Stored entries
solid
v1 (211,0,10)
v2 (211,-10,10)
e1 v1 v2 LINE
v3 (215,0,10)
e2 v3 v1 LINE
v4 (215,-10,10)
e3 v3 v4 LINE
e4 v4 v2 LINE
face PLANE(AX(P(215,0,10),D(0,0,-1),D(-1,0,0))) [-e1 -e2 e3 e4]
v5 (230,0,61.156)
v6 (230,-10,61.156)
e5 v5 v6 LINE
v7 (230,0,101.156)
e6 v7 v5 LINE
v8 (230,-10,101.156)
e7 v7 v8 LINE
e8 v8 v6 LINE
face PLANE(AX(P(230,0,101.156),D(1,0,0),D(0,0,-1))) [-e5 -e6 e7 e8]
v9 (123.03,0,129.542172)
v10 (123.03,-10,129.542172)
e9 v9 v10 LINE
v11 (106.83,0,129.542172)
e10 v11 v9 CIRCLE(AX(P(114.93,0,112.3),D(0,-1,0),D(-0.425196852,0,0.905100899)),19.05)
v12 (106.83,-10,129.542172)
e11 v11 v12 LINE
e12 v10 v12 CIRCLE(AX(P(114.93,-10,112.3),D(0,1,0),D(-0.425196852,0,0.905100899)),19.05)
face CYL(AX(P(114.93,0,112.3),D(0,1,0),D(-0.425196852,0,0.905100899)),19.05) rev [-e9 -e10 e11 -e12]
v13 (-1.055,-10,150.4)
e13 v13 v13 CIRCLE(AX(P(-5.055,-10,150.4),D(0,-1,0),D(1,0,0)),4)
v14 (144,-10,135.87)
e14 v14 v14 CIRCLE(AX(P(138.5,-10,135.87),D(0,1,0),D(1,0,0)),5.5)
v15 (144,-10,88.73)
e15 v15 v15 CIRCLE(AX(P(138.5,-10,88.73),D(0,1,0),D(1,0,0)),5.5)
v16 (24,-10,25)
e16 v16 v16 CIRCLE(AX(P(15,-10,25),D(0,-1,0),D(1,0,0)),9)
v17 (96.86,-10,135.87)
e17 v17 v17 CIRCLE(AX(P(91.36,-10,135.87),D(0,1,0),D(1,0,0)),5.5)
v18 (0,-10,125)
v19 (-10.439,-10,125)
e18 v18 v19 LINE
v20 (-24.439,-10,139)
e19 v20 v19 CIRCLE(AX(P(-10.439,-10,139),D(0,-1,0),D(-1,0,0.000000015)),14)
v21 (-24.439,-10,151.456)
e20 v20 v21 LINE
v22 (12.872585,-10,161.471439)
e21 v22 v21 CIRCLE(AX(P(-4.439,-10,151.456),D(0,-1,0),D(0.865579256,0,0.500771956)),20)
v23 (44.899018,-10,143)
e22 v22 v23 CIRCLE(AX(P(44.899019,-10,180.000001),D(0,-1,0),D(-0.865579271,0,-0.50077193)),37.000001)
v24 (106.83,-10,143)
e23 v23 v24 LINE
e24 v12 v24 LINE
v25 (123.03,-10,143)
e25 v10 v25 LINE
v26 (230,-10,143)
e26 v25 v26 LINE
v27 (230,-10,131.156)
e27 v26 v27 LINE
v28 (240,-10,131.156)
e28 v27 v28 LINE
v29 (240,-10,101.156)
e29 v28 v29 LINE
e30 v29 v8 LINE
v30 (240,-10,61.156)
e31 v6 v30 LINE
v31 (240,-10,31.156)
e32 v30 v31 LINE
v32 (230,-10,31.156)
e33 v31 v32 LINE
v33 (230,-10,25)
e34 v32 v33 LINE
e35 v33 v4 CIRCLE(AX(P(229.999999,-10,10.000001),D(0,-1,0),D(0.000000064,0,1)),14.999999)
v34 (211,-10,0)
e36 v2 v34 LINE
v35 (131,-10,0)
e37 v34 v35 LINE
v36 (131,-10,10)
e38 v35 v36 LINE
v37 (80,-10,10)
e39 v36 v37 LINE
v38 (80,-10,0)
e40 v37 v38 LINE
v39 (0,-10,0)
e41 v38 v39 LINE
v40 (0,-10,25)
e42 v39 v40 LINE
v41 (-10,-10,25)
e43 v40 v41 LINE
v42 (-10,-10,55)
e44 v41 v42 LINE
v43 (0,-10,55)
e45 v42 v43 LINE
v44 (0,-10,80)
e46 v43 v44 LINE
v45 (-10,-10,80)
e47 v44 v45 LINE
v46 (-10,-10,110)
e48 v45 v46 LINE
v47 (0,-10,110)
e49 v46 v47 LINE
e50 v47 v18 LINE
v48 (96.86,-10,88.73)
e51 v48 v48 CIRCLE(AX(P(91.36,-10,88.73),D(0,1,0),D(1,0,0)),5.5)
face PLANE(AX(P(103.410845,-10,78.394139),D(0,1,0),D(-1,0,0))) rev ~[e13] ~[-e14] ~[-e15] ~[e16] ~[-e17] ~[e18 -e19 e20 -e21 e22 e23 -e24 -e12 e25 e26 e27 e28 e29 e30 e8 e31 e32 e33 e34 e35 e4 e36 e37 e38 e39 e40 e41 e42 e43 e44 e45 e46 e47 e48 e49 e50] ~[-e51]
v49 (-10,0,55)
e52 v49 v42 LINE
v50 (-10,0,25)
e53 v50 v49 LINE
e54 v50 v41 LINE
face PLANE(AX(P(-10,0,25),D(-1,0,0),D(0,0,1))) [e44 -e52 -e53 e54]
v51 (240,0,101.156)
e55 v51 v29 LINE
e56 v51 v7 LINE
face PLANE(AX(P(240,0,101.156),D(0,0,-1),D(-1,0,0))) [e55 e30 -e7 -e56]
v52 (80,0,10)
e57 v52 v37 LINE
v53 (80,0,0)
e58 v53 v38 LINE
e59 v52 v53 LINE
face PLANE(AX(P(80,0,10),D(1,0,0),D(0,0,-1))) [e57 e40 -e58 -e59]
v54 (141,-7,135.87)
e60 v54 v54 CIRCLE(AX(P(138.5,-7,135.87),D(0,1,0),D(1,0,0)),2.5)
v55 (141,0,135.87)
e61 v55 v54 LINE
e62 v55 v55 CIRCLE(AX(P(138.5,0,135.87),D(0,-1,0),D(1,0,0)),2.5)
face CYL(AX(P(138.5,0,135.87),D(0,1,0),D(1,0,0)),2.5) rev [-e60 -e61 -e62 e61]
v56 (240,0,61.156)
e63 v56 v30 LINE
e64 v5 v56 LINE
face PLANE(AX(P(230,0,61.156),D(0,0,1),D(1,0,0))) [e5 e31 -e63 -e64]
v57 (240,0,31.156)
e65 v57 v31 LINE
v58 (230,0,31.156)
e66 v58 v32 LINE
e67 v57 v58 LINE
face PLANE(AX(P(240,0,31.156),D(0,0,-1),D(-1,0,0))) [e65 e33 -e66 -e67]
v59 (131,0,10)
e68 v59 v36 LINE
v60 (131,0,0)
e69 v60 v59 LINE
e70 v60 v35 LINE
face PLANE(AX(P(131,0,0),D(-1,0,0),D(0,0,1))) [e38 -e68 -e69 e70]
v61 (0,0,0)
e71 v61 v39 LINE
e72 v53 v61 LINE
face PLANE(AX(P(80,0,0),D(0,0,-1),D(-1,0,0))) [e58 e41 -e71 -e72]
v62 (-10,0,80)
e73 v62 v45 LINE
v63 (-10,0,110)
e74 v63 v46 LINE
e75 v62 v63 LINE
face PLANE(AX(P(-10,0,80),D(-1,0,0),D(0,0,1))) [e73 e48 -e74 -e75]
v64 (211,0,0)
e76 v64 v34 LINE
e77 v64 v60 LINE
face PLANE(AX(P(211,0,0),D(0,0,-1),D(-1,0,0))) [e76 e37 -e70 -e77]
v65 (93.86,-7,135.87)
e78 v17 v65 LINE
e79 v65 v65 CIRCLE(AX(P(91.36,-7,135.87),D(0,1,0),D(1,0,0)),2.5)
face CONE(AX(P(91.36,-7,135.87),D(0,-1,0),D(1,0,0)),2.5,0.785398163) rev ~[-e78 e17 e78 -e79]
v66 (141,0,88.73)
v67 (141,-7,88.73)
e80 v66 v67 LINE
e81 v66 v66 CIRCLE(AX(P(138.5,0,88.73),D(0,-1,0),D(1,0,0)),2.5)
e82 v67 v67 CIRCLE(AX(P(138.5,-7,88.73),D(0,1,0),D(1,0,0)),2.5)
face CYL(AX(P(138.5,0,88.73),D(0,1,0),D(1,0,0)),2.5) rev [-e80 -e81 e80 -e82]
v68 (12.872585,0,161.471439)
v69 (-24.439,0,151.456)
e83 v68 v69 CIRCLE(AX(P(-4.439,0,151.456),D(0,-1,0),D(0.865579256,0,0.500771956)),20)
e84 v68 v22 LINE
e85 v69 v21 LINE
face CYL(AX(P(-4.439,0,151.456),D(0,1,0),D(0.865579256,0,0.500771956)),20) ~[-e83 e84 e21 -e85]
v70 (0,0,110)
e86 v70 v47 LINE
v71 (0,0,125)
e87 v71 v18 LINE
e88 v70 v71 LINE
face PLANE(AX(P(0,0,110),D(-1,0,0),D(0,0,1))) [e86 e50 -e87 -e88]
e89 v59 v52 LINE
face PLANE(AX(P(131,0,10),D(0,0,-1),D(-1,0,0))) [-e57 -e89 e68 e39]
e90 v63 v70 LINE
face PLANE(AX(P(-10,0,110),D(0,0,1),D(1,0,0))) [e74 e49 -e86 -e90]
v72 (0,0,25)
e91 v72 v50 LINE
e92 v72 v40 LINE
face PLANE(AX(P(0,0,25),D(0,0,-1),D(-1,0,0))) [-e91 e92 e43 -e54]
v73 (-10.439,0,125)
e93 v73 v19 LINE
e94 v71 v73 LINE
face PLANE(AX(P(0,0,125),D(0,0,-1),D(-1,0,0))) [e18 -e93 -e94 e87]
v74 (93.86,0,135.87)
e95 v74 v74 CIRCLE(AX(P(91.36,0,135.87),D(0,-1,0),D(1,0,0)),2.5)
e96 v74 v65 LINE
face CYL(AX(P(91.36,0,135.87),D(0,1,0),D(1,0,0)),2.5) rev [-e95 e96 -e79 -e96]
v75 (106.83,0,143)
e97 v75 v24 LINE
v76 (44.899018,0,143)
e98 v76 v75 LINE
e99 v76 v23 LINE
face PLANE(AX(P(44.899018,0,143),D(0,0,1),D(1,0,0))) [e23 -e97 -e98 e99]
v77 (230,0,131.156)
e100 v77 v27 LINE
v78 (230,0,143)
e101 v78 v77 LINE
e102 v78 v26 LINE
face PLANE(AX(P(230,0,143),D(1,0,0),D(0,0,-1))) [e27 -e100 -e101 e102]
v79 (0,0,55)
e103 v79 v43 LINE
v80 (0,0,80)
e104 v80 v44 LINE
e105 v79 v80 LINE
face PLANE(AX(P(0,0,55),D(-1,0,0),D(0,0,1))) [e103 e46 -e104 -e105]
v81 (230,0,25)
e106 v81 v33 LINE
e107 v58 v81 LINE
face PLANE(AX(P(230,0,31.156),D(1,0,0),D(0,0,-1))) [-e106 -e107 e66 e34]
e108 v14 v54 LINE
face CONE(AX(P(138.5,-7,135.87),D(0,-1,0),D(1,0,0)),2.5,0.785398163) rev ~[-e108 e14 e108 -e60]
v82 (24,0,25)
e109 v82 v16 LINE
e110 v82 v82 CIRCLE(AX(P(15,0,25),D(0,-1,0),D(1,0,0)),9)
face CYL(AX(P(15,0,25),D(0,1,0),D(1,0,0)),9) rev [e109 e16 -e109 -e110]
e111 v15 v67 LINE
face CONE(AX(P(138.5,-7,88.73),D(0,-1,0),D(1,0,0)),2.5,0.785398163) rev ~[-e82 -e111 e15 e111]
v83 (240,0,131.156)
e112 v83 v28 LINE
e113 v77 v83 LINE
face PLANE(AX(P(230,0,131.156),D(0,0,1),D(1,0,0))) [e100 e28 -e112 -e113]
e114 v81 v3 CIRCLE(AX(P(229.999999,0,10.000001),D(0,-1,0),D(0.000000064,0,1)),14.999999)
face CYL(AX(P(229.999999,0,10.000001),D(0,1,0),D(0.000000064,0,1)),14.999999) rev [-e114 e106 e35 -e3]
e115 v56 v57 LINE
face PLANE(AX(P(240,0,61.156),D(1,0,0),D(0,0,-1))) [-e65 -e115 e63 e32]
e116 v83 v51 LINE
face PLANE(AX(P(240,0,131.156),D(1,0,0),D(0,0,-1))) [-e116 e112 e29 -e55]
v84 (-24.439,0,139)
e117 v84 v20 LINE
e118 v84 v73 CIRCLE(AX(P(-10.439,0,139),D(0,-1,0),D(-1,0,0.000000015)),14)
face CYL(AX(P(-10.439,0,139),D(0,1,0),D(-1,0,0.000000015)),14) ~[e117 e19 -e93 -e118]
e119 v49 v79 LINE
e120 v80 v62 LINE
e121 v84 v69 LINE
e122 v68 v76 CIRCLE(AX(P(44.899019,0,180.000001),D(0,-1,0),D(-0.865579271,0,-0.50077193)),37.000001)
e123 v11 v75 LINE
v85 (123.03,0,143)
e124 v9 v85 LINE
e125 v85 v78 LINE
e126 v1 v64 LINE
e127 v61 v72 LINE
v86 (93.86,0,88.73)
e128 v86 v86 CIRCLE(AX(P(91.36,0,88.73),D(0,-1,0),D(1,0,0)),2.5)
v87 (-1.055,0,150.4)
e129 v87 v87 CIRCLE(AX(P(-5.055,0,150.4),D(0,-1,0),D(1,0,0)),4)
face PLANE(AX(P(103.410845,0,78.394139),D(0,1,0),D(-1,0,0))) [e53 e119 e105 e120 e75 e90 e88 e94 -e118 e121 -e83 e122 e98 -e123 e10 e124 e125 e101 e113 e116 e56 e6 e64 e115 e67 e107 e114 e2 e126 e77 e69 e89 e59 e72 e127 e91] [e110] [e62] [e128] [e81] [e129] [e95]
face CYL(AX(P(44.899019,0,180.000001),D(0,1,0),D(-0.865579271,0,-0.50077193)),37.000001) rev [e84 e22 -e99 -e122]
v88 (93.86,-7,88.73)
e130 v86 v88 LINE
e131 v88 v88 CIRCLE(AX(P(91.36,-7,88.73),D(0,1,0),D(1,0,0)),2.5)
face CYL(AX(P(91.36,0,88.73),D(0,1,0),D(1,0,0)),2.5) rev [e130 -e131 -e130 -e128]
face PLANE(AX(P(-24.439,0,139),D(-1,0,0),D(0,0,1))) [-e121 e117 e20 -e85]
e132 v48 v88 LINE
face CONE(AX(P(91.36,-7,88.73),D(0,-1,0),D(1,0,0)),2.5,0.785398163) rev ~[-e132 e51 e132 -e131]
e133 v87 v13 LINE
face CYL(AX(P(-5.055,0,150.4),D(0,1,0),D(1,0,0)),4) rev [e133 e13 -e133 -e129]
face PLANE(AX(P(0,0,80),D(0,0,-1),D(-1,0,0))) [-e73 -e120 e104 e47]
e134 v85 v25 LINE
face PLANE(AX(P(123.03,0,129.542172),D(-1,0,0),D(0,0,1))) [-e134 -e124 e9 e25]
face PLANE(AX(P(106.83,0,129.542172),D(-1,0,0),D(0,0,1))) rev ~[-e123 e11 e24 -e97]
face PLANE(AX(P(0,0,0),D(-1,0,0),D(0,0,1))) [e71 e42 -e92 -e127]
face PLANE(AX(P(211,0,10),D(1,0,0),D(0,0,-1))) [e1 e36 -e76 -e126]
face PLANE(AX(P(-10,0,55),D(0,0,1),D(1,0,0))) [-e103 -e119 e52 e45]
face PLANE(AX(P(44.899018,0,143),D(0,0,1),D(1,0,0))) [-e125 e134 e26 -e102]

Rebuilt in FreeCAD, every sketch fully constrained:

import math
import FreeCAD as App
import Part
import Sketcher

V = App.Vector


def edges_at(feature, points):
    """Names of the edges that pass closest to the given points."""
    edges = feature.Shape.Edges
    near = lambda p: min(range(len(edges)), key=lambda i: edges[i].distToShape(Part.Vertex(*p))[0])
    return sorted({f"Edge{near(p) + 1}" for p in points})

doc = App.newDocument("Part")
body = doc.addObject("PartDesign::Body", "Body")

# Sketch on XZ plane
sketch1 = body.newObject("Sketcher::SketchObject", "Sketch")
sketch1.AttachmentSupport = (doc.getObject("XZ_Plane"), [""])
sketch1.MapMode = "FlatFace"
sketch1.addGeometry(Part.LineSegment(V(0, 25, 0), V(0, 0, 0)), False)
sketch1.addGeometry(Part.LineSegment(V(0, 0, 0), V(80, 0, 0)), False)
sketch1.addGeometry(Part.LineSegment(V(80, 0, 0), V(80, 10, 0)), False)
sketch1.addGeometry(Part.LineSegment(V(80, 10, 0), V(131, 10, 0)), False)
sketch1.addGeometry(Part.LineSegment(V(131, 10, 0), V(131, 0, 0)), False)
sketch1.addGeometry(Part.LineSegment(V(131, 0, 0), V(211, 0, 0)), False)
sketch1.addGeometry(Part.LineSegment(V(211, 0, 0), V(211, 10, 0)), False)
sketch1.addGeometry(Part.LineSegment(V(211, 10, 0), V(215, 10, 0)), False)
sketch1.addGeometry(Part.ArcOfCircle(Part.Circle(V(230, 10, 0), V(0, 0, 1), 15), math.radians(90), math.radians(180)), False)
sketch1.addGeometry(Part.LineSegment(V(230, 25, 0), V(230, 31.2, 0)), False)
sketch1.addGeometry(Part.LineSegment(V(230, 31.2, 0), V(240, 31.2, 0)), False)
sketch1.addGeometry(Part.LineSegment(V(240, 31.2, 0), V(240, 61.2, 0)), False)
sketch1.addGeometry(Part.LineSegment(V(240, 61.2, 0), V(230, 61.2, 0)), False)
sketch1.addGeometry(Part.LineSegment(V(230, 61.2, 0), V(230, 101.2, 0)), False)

WORK INSTRUCTION
Go to the line with "v48 (96.86,-10,88.73)" in the entries above and repeat every line from there through the line with "e59 v52 v53 LINE", exactly and with no other text.

OUTPUT OF THE TASK
v48 (96.86,-10,88.73)
e51 v48 v48 CIRCLE(AX(P(91.36,-10,88.73),D(0,1,0),D(1,0,0)),5.5)
face PLANE(AX(P(103.410845,-10,78.394139),D(0,1,0),D(-1,0,0))) rev ~[e13] ~[-e14] ~[-e15] ~[e16] ~[-e17] ~[e18 -e19 e20 -e21 e22 e23 -e24 -e12 e25 e26 e27 e28 e29 e30 e8 e31 e32 e33 e34 e35 e4 e36 e37 e38 e39 e40 e41 e42 e43 e44 e45 e46 e47 e48 e49 e50] ~[-e51]
v49 (-10,0,55)
e52 v49 v42 LINE
v50 (-10,0,25)
e53 v50 v49 LINE
e54 v50 v41 LINE
face PLANE(AX(P(-10,0,25),D(-1,0,0),D(0,0,1))) [e44 -e52 -e53 e54]
v51 (240,0,101.156)
e55 v51 v29 LINE
e56 v51 v7 LINE
face PLANE(AX(P(240,0,101.156),D(0,0,-1),D(-1,0,0))) [e55 e30 -e7 -e56]
v52 (80,0,10)
e57 v52 v37 LINE
v53 (80,0,0)
e58 v53 v38 LINE
e59 v52 v53 LINE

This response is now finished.